→ Problem: Please copy, character for character, each line from the beginning of the listing to the line containing "f 190 191 192", including both.

→ Extracted information:
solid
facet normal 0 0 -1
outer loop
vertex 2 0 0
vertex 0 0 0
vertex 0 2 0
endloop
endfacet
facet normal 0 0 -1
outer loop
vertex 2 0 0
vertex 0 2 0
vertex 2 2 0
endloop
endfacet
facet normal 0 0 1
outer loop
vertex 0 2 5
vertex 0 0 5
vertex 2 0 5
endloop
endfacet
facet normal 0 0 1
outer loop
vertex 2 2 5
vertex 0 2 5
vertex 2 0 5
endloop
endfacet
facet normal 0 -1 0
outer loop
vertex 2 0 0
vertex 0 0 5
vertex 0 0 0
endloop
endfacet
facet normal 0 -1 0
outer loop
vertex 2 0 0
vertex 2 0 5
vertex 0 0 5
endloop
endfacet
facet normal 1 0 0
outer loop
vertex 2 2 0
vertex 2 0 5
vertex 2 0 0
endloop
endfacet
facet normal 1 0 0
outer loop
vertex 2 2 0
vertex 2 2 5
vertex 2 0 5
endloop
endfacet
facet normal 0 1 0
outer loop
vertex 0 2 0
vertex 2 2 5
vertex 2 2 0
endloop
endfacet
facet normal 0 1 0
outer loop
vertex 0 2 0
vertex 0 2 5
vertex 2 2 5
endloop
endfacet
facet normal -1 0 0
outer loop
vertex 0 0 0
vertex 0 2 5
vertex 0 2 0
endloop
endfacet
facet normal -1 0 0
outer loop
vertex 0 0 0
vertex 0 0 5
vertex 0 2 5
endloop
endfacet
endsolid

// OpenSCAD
// extrusion along a direction vector
linear_extrude(height = 5, v = [1, 0, 2]) square(2);
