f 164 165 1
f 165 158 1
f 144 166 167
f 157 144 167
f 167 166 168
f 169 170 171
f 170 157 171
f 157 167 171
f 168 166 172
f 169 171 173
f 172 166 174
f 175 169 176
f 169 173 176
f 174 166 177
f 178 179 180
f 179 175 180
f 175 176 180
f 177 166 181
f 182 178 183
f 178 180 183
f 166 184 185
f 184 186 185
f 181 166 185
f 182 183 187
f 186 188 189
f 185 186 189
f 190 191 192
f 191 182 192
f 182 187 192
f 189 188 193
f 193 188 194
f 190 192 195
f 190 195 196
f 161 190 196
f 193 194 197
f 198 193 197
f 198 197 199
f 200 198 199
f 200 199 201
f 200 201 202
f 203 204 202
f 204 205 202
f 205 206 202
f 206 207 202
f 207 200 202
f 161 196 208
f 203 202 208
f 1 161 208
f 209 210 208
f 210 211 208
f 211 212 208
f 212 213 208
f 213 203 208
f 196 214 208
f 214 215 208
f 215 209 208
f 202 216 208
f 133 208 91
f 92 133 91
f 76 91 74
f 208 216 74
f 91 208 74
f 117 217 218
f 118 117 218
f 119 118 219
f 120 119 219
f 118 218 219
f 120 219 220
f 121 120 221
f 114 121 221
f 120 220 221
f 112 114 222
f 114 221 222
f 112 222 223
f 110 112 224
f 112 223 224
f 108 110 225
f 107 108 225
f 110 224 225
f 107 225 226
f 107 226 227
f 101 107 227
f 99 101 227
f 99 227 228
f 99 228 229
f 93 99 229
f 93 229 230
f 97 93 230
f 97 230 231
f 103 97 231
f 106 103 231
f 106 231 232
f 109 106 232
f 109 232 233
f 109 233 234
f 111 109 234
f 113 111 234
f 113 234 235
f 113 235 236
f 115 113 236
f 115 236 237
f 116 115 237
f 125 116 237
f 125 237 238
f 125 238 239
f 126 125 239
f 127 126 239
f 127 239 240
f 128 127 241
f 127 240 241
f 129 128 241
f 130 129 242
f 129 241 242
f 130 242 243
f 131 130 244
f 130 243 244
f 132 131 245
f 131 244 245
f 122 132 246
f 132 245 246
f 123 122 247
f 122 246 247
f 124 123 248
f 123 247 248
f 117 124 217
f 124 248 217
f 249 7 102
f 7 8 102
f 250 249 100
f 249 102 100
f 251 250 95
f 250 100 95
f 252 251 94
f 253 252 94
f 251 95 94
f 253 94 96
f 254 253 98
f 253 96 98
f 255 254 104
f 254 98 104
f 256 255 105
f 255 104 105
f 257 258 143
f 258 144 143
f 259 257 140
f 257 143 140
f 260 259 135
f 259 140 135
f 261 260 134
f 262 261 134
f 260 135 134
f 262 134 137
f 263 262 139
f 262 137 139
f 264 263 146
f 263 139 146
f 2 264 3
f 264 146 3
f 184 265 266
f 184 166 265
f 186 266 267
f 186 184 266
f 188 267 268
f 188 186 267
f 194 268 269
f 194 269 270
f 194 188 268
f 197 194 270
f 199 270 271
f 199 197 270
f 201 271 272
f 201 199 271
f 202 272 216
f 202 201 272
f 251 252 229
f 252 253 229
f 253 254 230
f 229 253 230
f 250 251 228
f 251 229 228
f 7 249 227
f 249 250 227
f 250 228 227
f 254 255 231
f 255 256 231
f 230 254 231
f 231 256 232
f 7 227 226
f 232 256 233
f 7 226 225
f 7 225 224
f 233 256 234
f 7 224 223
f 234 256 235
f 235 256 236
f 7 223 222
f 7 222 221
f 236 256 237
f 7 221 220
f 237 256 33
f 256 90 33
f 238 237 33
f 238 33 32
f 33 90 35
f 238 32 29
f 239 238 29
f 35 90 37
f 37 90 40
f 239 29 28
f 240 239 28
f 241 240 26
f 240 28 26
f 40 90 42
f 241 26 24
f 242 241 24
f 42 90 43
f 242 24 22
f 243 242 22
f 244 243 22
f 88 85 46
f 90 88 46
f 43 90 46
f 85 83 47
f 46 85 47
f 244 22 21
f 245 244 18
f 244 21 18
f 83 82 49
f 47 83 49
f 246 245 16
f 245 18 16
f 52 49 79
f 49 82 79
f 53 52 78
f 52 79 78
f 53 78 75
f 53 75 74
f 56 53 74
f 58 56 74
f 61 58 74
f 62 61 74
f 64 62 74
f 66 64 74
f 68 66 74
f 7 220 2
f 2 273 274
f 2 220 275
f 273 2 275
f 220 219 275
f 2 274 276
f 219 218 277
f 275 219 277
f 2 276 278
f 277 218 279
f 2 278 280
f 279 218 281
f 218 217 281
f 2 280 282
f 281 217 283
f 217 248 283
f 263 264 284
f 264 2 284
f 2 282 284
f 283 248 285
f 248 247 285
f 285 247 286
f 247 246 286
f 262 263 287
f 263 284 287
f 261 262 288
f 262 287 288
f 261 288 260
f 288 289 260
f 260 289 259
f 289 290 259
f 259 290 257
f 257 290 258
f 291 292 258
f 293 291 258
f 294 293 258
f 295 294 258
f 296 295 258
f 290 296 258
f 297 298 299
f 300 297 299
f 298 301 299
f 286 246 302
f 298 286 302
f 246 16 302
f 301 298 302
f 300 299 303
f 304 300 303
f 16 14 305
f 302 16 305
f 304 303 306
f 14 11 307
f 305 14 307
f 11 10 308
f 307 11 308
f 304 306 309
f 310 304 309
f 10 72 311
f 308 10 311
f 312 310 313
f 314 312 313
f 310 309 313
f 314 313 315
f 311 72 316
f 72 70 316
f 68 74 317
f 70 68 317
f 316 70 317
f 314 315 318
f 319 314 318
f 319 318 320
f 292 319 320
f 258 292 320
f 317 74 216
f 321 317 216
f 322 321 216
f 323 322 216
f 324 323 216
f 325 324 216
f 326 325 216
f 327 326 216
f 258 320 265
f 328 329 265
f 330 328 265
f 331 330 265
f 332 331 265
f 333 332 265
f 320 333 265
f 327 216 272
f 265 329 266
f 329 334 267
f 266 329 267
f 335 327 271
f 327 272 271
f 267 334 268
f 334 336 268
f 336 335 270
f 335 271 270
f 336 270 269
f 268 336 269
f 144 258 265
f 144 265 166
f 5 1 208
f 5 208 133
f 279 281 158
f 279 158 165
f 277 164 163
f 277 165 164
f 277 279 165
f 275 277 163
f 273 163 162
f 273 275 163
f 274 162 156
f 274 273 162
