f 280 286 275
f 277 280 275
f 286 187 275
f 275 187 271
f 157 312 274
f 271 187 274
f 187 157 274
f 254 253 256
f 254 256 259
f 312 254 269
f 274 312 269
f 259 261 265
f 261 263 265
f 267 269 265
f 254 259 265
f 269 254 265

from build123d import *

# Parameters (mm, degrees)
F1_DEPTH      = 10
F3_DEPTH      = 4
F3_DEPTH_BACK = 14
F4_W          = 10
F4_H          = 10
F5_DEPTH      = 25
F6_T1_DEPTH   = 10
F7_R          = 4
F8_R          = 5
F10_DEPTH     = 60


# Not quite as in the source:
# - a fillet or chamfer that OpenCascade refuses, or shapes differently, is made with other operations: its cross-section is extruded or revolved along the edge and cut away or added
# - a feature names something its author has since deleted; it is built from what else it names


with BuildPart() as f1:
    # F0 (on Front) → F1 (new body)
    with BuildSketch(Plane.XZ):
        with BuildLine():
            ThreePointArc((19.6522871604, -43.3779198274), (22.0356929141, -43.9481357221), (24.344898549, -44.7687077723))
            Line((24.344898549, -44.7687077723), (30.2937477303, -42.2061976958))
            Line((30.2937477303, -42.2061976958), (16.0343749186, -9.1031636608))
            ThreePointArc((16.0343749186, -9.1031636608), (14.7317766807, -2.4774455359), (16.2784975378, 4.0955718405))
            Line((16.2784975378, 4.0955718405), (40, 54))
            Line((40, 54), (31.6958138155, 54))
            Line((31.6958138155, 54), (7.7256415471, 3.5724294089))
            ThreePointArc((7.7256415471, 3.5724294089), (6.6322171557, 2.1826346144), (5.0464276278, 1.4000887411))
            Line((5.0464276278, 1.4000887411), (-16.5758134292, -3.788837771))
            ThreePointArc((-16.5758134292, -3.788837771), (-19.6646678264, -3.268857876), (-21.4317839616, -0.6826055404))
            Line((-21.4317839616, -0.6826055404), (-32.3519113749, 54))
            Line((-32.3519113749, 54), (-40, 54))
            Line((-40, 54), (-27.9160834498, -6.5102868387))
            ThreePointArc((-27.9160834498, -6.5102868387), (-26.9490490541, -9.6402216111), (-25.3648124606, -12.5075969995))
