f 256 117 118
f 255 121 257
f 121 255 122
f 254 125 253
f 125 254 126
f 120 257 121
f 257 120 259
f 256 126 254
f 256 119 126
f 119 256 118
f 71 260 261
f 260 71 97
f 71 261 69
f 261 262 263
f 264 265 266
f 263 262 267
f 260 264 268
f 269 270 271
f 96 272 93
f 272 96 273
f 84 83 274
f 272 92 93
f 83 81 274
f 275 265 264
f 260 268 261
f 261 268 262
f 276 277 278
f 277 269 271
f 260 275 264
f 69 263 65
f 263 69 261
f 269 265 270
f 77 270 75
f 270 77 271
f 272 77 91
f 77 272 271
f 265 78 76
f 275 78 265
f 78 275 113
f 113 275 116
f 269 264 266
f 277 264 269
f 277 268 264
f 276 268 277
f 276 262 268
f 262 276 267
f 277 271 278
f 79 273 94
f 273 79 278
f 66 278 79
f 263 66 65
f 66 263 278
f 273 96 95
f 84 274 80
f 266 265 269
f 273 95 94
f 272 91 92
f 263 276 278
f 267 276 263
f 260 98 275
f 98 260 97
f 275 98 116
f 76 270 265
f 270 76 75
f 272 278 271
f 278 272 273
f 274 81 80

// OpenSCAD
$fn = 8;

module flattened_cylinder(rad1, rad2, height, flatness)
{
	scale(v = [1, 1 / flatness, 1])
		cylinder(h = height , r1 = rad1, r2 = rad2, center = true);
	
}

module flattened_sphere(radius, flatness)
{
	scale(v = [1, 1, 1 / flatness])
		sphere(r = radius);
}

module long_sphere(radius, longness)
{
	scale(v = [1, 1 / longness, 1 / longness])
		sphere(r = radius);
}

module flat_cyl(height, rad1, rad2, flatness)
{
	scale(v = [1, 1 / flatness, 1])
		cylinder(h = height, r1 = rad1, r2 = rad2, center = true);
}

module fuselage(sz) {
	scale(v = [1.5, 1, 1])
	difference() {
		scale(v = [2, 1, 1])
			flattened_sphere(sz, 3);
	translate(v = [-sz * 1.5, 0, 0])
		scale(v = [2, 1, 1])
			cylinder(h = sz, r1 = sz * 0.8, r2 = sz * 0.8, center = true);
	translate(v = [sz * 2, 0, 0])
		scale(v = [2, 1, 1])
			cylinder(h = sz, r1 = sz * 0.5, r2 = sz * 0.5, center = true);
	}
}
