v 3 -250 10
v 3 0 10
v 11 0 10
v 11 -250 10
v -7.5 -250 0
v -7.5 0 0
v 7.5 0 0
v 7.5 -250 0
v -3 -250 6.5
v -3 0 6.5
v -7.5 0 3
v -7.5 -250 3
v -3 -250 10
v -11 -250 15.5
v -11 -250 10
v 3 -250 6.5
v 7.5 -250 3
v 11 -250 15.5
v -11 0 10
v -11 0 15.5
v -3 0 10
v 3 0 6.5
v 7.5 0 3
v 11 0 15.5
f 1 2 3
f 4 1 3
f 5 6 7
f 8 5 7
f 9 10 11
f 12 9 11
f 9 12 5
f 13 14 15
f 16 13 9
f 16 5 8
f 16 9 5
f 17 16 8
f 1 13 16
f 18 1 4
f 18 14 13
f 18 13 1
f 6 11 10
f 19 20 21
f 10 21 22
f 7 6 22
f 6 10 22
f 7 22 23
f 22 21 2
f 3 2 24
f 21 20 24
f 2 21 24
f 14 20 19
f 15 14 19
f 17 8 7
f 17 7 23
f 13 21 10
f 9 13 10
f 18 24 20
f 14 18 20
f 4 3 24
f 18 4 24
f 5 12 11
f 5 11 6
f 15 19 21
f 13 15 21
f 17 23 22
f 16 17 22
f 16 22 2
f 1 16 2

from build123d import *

# Parameters (mm, degrees)
F1_DEPTH = 250


with BuildPart() as f1:
    # F0 (on Front) → F1 (new body)
    with BuildSketch(Plane.XZ):
        Polygon((3, 3), (7.5, 3), (3, 6.5), align=None)
        Polygon((-3, 6.5), (-7.5, 3), (-3, 3), align=None)
        Polygon((-3, 10), (0, 10), (0, 15.5), (-11, 15.5), (-11, 10), align=None)
        Polygon((0, 15.5), (0, 10), (3, 10), (11, 10), (11, 15.5), align=None)
        Polygon((0, 0), (7.5, 0), (7.5, 3), (3, 3), (0, 3), align=None)
        Polygon((-7.5, 0), (0, 0), (0, 3), (-3, 3), (-7.5, 3), align=None)
        Polygon((-3, 3), (0, 3), (0, 10), (-3, 10), (-3, 6.5), align=None)
        Polygon((0, 10), (0, 3), (3, 3), (3, 6.5), (3, 10), align=None)
    extrude(amount=F1_DEPTH)


solid = f1.part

→ Solved problem:
solid
facet normal 0 0 -1
outer loop
vertex 2 0 0
vertex 0 0 0
vertex 0 2 0
endloop
endfacet
facet normal 0 0 -1
outer loop
vertex 2 0 0
vertex 0 2 0
vertex 2 2 0
endloop
endfacet
facet normal 0 0 1
outer loop
vertex 0 2 5
vertex 0 0 5
vertex 2 0 5
endloop
endfacet
facet normal 0 0 1
outer loop
vertex 2 2 5
vertex 0 2 5
vertex 2 0 5
endloop
endfacet
facet normal 0 -1 0
outer loop
vertex 2 0 0
vertex 0 0 5
vertex 0 0 0
endloop
endfacet
facet normal 0 -1 0
outer loop
vertex 2 0 0
vertex 2 0 5
vertex 0 0 5
endloop
endfacet
facet normal 1 0 0
outer loop
vertex 2 2 0
vertex 2 0 5
vertex 2 0 0
endloop
endfacet
facet normal 1 0 0
outer loop
vertex 2 2 0
vertex 2 2 5
vertex 2 0 5
endloop
endfacet
facet normal 0 1 0
outer loop
vertex 0 2 0
vertex 2 2 5
vertex 2 2 0
endloop
endfacet
facet normal 0 1 0
outer loop
vertex 0 2 0
vertex 0 2 5
vertex 2 2 5
endloop
endfacet
facet normal -1 0 0
outer loop
vertex 0 0 0
vertex 0 2 5
vertex 0 2 0
endloop
endfacet
facet normal -1 0 0
outer loop
vertex 0 0 0
vertex 0 0 5
vertex 0 2 5
endloop
endfacet
endsolid

// OpenSCAD
// extrusion along a direction vector
linear_extrude(height = 5, v = [1, 0, 2]) square(2);
f 164 165 1
f 165 158 1
f 144 166 167
f 157 144 167
f 167 166 168
f 169 170 171
f 170 157 171
f 157 167 171
f 168 166 172
f 169 171 173
f 172 166 174
f 175 169 176
f 169 173 176
f 174 166 177
f 178 179 180
f 179 175 180
f 175 176 180
f 177 166 181
f 182 178 183
f 178 180 183
f 166 184 185
f 184 186 185
f 181 166 185
f 182 183 187
f 186 188 189
f 185 186 189
f 190 191 192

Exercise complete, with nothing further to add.